Shelkovnikova TA, Peters OM, Deykin AV, Connor-Robson N, Robinson H, Ustyugov AA, Bachurin SO, Ermolkevich TG, Goldman IL, Sadchikova ER, Kovrazhkina EA, Skvortsova VI, Ling SC, Da Cruz S, Parone PA, Buchman VL, Ninkina NN - J. Biol. Chem. (2013)

Bottom Line: Dysfunction of two structurally and functionally related proteins, FUS and TAR DNA-binding protein of 43 kDa (TDP-43), implicated in crucial steps of cellular RNA metabolism can cause amyotrophic lateral sclerosis (ALS) and certain other neurodegenerative diseases.To address this question, we designed a variant of FUS, FUS 1-359, which is predominantly cytoplasmic, highly aggregate-prone, and lacks a region responsible for RNA recognition and binding.These pathological changes cause abrupt development of a severe motor phenotype at the age of 2.5-4.5 months and death of affected animals within several days of onset.

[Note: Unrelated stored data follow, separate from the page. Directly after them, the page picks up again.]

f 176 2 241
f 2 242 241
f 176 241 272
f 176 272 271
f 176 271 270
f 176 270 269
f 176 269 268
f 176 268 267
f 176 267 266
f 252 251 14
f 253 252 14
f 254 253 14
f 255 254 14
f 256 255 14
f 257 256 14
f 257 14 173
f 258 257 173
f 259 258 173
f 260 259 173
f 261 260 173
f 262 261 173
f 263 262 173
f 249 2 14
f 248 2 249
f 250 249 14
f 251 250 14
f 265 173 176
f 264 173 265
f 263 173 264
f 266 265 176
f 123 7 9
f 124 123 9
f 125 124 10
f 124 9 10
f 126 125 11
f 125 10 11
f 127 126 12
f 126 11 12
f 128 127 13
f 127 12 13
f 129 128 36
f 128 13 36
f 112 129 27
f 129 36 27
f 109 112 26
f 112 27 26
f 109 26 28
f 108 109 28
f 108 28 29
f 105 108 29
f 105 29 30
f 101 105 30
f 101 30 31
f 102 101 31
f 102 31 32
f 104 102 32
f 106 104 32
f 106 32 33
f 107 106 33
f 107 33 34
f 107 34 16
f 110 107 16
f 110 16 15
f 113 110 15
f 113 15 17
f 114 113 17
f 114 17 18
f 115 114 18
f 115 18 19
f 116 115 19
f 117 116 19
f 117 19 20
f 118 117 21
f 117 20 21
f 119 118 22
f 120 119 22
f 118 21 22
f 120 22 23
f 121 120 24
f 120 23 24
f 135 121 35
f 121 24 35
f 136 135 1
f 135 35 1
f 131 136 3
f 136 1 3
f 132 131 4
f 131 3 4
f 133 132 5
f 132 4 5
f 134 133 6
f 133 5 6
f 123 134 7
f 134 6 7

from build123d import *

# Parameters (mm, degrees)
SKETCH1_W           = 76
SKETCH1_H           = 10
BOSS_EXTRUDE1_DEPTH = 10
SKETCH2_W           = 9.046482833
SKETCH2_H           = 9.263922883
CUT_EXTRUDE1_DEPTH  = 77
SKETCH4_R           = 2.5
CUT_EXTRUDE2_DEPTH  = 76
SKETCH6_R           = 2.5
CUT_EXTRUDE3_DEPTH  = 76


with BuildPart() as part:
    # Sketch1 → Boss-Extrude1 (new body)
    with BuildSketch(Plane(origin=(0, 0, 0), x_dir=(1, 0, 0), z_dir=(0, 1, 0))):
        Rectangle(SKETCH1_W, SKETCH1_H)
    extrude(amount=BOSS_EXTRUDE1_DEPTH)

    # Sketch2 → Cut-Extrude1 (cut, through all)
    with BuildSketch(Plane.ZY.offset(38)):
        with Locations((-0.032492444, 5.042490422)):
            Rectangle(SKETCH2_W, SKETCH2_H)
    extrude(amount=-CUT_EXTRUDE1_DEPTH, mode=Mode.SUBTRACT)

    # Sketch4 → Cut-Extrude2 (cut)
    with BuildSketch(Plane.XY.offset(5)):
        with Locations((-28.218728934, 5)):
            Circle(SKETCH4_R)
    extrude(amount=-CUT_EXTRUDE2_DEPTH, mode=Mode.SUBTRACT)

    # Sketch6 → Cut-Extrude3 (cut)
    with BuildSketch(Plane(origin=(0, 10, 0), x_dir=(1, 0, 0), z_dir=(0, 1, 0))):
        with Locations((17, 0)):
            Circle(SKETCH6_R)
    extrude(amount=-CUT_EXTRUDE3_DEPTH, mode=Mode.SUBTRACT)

View Article: PubMed Central - PubMed

Affiliation: School of Biosciences, Cardiff University, Cardiff, Wales, United Kingdom.

ABSTRACT
Dysfunction of two structurally and functionally related proteins, FUS and TAR DNA-binding protein of 43 kDa (TDP-43), implicated in crucial steps of cellular RNA metabolism can cause amyotrophic lateral sclerosis (ALS) and certain other neurodegenerative diseases. The proteins are intrinsically aggregate-prone and form non-amyloid inclusions in the affected nervous tissues, but the role of these proteinaceous aggregates in disease onset and progression is still uncertain. To address this question, we designed a variant of FUS, FUS 1-359, which is predominantly cytoplasmic, highly aggregate-prone, and lacks a region responsible for RNA recognition and binding. Expression of FUS 1-359 in neurons of transgenic mice, at a level lower than that of endogenous FUS, triggers FUSopathy associated with severe damage of motor neurons and their axons, neuroinflammatory reaction, and eventual loss of selective motor neuron populations. These pathological changes cause abrupt development of a severe motor phenotype at the age of 2.5-4.5 months and death of affected animals within several days of onset. The pattern of pathology in transgenic FUS 1-359 mice recapitulates several key features of human ALS with the dynamics of the disease progression compressed in line with shorter mouse lifespan. Our data indicate that neuronal FUS aggregation is sufficient to cause ALS-like phenotype in transgenic mice.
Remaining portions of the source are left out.